Это позволяет утверждать, что 29 апреля в Гнездово было доставлено 80 или 160 пленных, а в Ракитню 251. После отделения от последней группы Свяневича, на которого еще в Козельске было получено предписание об этапировании его в Москву, в ней осталось 250 человек, которых партиями по 25 человек увезли с запасного пути в Ракитне в невыясненном направлении в автозаке. Если тюремный автобус был один, то ему понадобилось сделать для перевозки 10 рейсов. Если каждый из них занимал по полчаса, то всего лишь на перевозку ушло порядка пяти часов. Если автобусов было больше, допустим, два, то, соответственно, вдвое меньше времени, но крайне сомнительно, чтобы Смоленский УНКВД смог предоставить для этого две спецмашины.
Итого получаем доставленными в Ракитню и Гнездово в сумме от 330 до 410 человек.
Также на основании свидетельства Воеводской мы можем предполагать, что в Гнездове были разгружены доставленные в одиннадцати или пятнадцати вагонзаках соответственно 747 или 1042 пленных.
Впрочем, тут следует оговориться о том, что на военном фото станции Гнездово на обеих колеях видны достаточно длинные нетупиковые запасные пути, не подходящие для разгрузки заключенных. Достаточно вероятно, что именно на одном из них свидетельница и видела 15 вагонов, направлявшихся с Александровской линии далее по Лихарловской в Ракитню. Видно, какой-то более важный поезд следовало пропускать по основному пути.
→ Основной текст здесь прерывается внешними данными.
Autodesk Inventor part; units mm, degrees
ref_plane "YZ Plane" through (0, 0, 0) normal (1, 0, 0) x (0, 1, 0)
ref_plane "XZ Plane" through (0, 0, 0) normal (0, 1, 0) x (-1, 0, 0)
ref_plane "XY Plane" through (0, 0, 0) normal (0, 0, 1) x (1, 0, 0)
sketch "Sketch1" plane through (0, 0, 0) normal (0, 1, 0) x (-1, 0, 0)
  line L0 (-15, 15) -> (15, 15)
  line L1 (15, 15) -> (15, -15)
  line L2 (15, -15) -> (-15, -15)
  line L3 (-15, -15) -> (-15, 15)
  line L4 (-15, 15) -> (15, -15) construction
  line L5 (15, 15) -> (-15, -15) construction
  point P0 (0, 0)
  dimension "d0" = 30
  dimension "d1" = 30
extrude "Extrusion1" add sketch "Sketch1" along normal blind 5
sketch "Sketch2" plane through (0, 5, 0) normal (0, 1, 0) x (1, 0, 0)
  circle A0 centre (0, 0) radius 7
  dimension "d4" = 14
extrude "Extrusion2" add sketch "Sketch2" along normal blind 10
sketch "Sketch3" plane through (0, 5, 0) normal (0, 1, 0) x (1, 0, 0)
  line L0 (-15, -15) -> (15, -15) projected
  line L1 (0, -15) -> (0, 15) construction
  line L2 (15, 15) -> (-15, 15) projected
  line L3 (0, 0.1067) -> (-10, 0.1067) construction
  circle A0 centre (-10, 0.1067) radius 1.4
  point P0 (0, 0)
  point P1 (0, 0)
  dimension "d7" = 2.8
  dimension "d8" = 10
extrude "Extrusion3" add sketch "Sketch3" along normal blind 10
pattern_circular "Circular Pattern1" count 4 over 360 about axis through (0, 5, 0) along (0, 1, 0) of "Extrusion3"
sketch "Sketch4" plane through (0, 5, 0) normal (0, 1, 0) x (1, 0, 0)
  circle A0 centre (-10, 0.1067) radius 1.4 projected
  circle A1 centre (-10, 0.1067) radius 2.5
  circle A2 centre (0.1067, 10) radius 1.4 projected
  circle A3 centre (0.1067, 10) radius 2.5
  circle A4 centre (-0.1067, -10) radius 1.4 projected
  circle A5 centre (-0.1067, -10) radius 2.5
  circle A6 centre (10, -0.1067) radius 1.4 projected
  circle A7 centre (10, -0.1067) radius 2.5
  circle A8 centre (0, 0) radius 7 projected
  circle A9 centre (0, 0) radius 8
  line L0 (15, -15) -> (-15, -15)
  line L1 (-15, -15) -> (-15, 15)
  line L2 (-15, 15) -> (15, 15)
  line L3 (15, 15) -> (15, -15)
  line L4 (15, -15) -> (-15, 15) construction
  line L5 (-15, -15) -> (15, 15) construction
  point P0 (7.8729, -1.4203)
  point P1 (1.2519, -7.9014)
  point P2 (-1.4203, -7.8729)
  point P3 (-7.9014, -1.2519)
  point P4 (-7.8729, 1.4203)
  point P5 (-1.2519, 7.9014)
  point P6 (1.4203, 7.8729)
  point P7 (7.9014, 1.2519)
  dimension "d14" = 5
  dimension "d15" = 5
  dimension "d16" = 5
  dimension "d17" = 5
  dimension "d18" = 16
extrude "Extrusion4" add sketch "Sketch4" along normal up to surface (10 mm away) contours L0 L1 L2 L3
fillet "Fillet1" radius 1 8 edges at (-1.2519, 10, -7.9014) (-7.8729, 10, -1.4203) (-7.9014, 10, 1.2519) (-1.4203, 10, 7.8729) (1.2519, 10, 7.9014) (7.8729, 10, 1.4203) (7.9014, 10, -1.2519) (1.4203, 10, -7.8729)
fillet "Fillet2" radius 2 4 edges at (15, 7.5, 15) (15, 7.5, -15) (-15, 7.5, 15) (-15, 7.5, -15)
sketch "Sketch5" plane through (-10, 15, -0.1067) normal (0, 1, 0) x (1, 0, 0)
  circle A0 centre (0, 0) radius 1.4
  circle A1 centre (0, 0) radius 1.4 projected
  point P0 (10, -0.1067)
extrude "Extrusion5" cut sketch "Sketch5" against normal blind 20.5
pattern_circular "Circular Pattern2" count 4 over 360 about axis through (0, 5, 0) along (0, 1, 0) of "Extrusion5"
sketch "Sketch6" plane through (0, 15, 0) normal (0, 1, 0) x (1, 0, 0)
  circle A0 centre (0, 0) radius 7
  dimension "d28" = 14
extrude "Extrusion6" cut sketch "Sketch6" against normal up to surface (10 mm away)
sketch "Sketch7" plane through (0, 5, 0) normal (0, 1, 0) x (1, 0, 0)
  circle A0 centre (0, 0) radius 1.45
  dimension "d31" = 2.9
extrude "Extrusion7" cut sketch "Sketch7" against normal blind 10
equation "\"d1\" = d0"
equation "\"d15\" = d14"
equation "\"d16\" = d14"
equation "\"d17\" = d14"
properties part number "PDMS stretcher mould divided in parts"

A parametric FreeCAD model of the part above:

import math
import FreeCAD as App
import Part
import Sketcher
Q = App.Units.Quantity


def edges_at(feature, points):
    """Names of the edges that pass closest to the given points."""
    edges = feature.Shape.Edges
    near = lambda p: min(range(len(edges)), key=lambda i: edges[i].distToShape(Part.Vertex(*p))[0])
    return sorted({f"Edge{near(p) + 1}" for p in points})


def add_polygon(sketch, points):
    """Adds a closed chain of lines whose ends are joined by coincident constraints."""
    first, n = sketch.GeometryCount, len(points)
    for a, b in zip(points, points[1:] + points[:1]):
        sketch.addGeometry(Part.LineSegment(App.Vector(*a, 0), App.Vector(*b, 0)), False)
    for i in range(n):
        sketch.addConstraint(Sketcher.Constraint("Coincident", first + i, 2, first + (i + 1) % n, 1))

doc = App.newDocument("Part")
body = doc.addObject("PartDesign::Body", "Body")

# Sketch on XZ plane
sketch1 = doc.addObject("Sketcher::SketchObject", "Sketch")
body.addObject(sketch1)
sketch1.AttachmentSupport = (doc.XZ_Plane, [""])
sketch1.MapMode = "FlatFace"
add_polygon(sketch1, [(-15, 15), (15, 15), (15, -15), (-15, -15)])  # lines 0-3
sketch1.addConstraint([
    Sketcher.Constraint("Horizontal", 0),
    Sketcher.Constraint("Vertical", 1),
    Sketcher.Constraint("Horizontal", 2),
    Sketcher.Constraint("Vertical", 3),
    Sketcher.Constraint("Symmetric", 0, 2, 2, 2, -1, 1),
    Sketcher.Constraint("Equal", 2, 1),
    Sketcher.Constraint("DistanceX", 0, 1, 0, 2, Q("30 mm")),
])
pad1 = doc.addObject("PartDesign::Pad", "Pad")
body.addObject(pad1)
pad1.Profile = sketch1
pad1.Length = 5
pad1.Reversed = True

# Sketch on XZ plane
sketch2 = doc.addObject("Sketcher::SketchObject", "Sketch001")
body.addObject(sketch2)
sketch2.AttachmentSupport = (doc.XZ_Plane, [""])
sketch2.MapMode = "FlatFace"
sketch2.AttachmentOffset = App.Placement(App.Vector(0, 0, -5), App.Rotation())
sketch2.addGeometry(Part.Circle(App.Vector(0, 0, 0), App.Vector(0, 0, 1), 7), False)
sketch2.addConstraint([
    Sketcher.Constraint("Coincident", 0, 3, -1, 1),
    Sketcher.Constraint("Diameter", 0, Q("14 mm")),
])
pad2 = doc.addObject("PartDesign::Pad", "Pad001")
body.addObject(pad2)
pad2.Profile = sketch2
pad2.Length = 10
pad2.Reversed = True

# Sketch on XZ plane
sketch3 = doc.addObject("Sketcher::SketchObject", "Sketch002")
body.addObject(sketch3)
sketch3.AttachmentSupport = (doc.XZ_Plane, [""])
sketch3.MapMode = "FlatFace"
sketch3.AttachmentOffset = App.Placement(App.Vector(0, 0, -5), App.Rotation())
sketch3.addGeometry(Part.Circle(App.Vector(-10, -0.1, 0), App.Vector(0, 0, 1), 1.4), False)
sketch3.addConstraint([
    Sketcher.Constraint("Diameter", 0, Q("2.8 mm")),
    Sketcher.Constraint("DistanceX", 0, 3, -1, 1, Q("10 mm")),
    Sketcher.Constraint("DistanceY", 0, 3, -1, 1, Q("0.1067 mm")),
])
pad3 = doc.addObject("PartDesign::Pad", "Pad002")
body.addObject(pad3)
pad3.Profile = sketch3
pad3.Length = 10
pad3.Reversed = True
doc.recompute()

polarpattern = doc.addObject("PartDesign::PolarPattern", "PolarPattern")
body.addObject(polarpattern)
polarpattern.Originals = [pad3]
polarpattern.Axis = (doc.Y_Axis, [""])
polarpattern.Angle = 360
polarpattern.Occurrences = 4
body.Tip = polarpattern

# Sketch on XZ plane
sketch4 = doc.addObject("Sketcher::SketchObject", "Sketch003")
body.addObject(sketch4)
sketch4.AttachmentSupport = (doc.XZ_Plane, [""])
sketch4.MapMode = "FlatFace"
sketch4.AttachmentOffset = App.Placement(App.Vector(0, 0, -5), App.Rotation())
add_polygon(sketch4, [(-15, 15), (15, 15), (15, -15), (-15, -15)])  # lines 0-3
sketch4.addGeometry(Part.ArcOfCircle(Part.Circle(App.Vector(-10, -0.1, 0), App.Vector(0, 0, 1), 2.5), math.radians(33), math.radians(328)), False)  # 4
sketch4.addGeometry(Part.ArcOfCircle(Part.Circle(App.Vector(0, 0, 0), App.Vector(0, 0, 1), 8), math.radians(-170), math.radians(-99)), False)  # 5
sketch4.addGeometry(Part.ArcOfCircle(Part.Circle(App.Vector(0.1, -10, 0), App.Vector(0, 0, 1), 2.5), math.radians(123), math.radians(418)), False)  # 6
sketch4.addGeometry(Part.ArcOfCircle(Part.Circle(App.Vector(0, 0, 0), App.Vector(0, 0, 1), 8), math.radians(-80), math.radians(-9)), False)  # 7
sketch4.addGeometry(Part.ArcOfCircle(Part.Circle(App.Vector(10, 0.1, 0), App.Vector(0, 0, 1), 2.5), math.radians(-147), math.radians(148)), False)  # 8
sketch4.addGeometry(Part.ArcOfCircle(Part.Circle(App.Vector(0, 0, 0), App.Vector(0, 0, 1), 8), math.radians(10), math.radians(81)), False)  # 9
sketch4.addGeometry(Part.ArcOfCircle(Part.Circle(App.Vector(-0.1, 10, 0), App.Vector(0, 0, 1), 2.5), math.radians(-57), math.radians(238)), False)  # 10
sketch4.addGeometry(Part.ArcOfCircle(Part.Circle(App.Vector(0, 0, 0), App.Vector(0, 0, 1), 8), math.radians(100), math.radians(171)), False)  # 11
sketch4.addConstraint([
    Sketcher.Constraint("Coincident", 4, 2, 5, 1),
    Sketcher.Constraint("Coincident", 5, 2, 6, 1),
    Sketcher.Constraint("Coincident", 6, 2, 7, 1),
    Sketcher.Constraint("Coincident", 7, 2, 8, 1),
    Sketcher.Constraint("Coincident", 8, 2, 9, 1),
    Sketcher.Constraint("Coincident", 9, 2, 10, 1),
    Sketcher.Constraint("Coincident", 10, 2, 11, 1),
    Sketcher.Constraint("Coincident", 11, 2, 4, 1),
    Sketcher.Constraint("Horizontal", 0),
    Sketcher.Constraint("Vertical", 1),
    Sketcher.Constraint("Horizontal", 2),
    Sketcher.Constraint("Vertical", 3),
    Sketcher.Constraint("Coincident", 5, 3, -1, 1),
    Sketcher.Constraint("Coincident", 7, 3, -1, 1),
    Sketcher.Constraint("Coincident", 9, 3, -1, 1),
    Sketcher.Constraint("Coincident", 11, 3, -1, 1),
    Sketcher.Constraint("Equal", 4, 6),
    Sketcher.Constraint("Equal", 5, 7),
    Sketcher.Constraint("Equal", 6, 8),
    Sketcher.Constraint("Equal", 7, 9),
    Sketcher.Constraint("Equal", 8, 10),
    Sketcher.Constraint("Equal", 9, 11),
    Sketcher.Constraint("Symmetric", 4, 3, 8, 3, -1, 1),
    Sketcher.Constraint("Symmetric", 6, 3, 10, 3, -1, 1),
    Sketcher.Constraint("Symmetric", 0, 2, 2, 2, -1, 1),
    Sketcher.Constraint("Equal", 2, 1),
    Sketcher.Constraint("Radius", 5, Q("8 mm")),
    Sketcher.Constraint("Radius", 4, Q("2.5 mm")),
    Sketcher.Constraint("DistanceX", 8, 3, 0, 2, Q("5 mm")),
    Sketcher.Constraint("DistanceY", 10, 3, 0, 2, Q("5 mm")),
    Sketcher.Constraint("DistanceX", 0, 1, 0, 2, Q("30 mm")),
    Sketcher.Constraint("DistanceX", 4, 2, -1, 1, Q("7.873 mm")),
    Sketcher.Constraint("DistanceX", 5, 2, -1, 1, Q("1.252 mm")),
])
pad4 = doc.addObject("PartDesign::Pad", "Pad003")
body.addObject(pad4)
pad4.Profile = sketch4
pad4.Length = 10
pad4.Reversed = True
doc.recompute()

fillet = doc.addObject("PartDesign::Fillet", "Fillet")
body.addObject(fillet)
fillet.Base = (pad4, edges_at(pad4, [
    (-1.252, 10, -7.901),
    (-7.873, 10, -1.42),
    (-7.901, 10, 1.252),
    (-1.42, 10, 7.873),
    (1.252, 10, 7.901),
    (7.873, 10, 1.42),
    (7.901, 10, -1.252),
    (1.42, 10, -7.873),
]))
fillet.Radius = 1
doc.recompute()

fillet2 = doc.addObject("PartDesign::Fillet", "Fillet001")
body.addObject(fillet2)
fillet2.Base = (fillet, edges_at(fillet, [
    (15, 7.5, 15),
    (15, 7.5, -15),
    (-15, 7.5, 15),
    (-15, 7.5, -15),
]))
fillet2.Radius = 2

# Sketch on XZ plane
sketch5 = doc.addObject("Sketcher::SketchObject", "Sketch004")
body.addObject(sketch5)
sketch5.AttachmentSupport = (doc.XZ_Plane, [""])
sketch5.MapMode = "FlatFace"
sketch5.AttachmentOffset = App.Placement(App.Vector(0, 0, -15), App.Rotation())
sketch5.addGeometry(Part.Circle(App.Vector(-10, -0.1, 0), App.Vector(0, 0, 1), 1.4), False)
sketch5.addConstraint([
    Sketcher.Constraint("Diameter", 0, Q("2.8 mm")),
    Sketcher.Constraint("DistanceX", 0, 3, -1, 1, Q("10 mm")),
    Sketcher.Constraint("DistanceY", 0, 3, -1, 1, Q("0.1067 mm")),
])
pocket1 = doc.addObject("PartDesign::Pocket", "Pocket")
body.addObject(pocket1)
pocket1.Profile = sketch5
pocket1.Length = 20.5
pocket1.Reversed = True
doc.recompute()

polarpattern2 = doc.addObject("PartDesign::PolarPattern", "PolarPattern001")
body.addObject(polarpattern2)
polarpattern2.Originals = [pocket1]
polarpattern2.Axis = (doc.Y_Axis, [""])
polarpattern2.Angle = 360
polarpattern2.Occurrences = 4
body.Tip = polarpattern2

# Sketch on XZ plane
sketch6 = doc.addObject("Sketcher::SketchObject", "Sketch005")
body.addObject(sketch6)
sketch6.AttachmentSupport = (doc.XZ_Plane, [""])
sketch6.MapMode = "FlatFace"
sketch6.AttachmentOffset = App.Placement(App.Vector(0, 0, -15), App.Rotation())
sketch6.addGeometry(Part.Circle(App.Vector(0, 0, 0), App.Vector(0, 0, 1), 7), False)
sketch6.addConstraint([
    Sketcher.Constraint("Coincident", 0, 3, -1, 1),
    Sketcher.Constraint("Diameter", 0, Q("14 mm")),
])
pocket2 = doc.addObject("PartDesign::Pocket", "Pocket001")
body.addObject(pocket2)
pocket2.Profile = sketch6
pocket2.Length = 10
pocket2.Reversed = True

# Sketch on XZ plane
sketch7 = doc.addObject("Sketcher::SketchObject", "Sketch006")
body.addObject(sketch7)
sketch7.AttachmentSupport = (doc.XZ_Plane, [""])
sketch7.MapMode = "FlatFace"
sketch7.AttachmentOffset = App.Placement(App.Vector(0, 0, -5), App.Rotation())
sketch7.addGeometry(Part.Circle(App.Vector(0, 0, 0), App.Vector(0, 0, 1), 1.4), False)
sketch7.addConstraint([
    Sketcher.Constraint("Coincident", 0, 3, -1, 1),
    Sketcher.Constraint("Diameter", 0, Q("2.9 mm")),
])
pocket3 = doc.addObject("PartDesign::Pocket", "Pocket002")
body.addObject(pocket3)
pocket3.Profile = sketch7
pocket3.Length = 10
pocket3.Reversed = True

doc.recompute()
Итого получаем в сумме минимум 1077, максимум 1452 человека, по которым имеются более менее убедительные основания утверждать, что в апреле 1940 г. они были доставлены из Козельска в Гнездово и Ракитню.
Что же касается дальнейшей судьбы их, а также остальных от 2951 до 3326 из общего числа 4404 отправленных в апреле - начале мая из Козельска в Смоленск, то о том будет отдельный рассказ, который я надеюсь скоро поведать.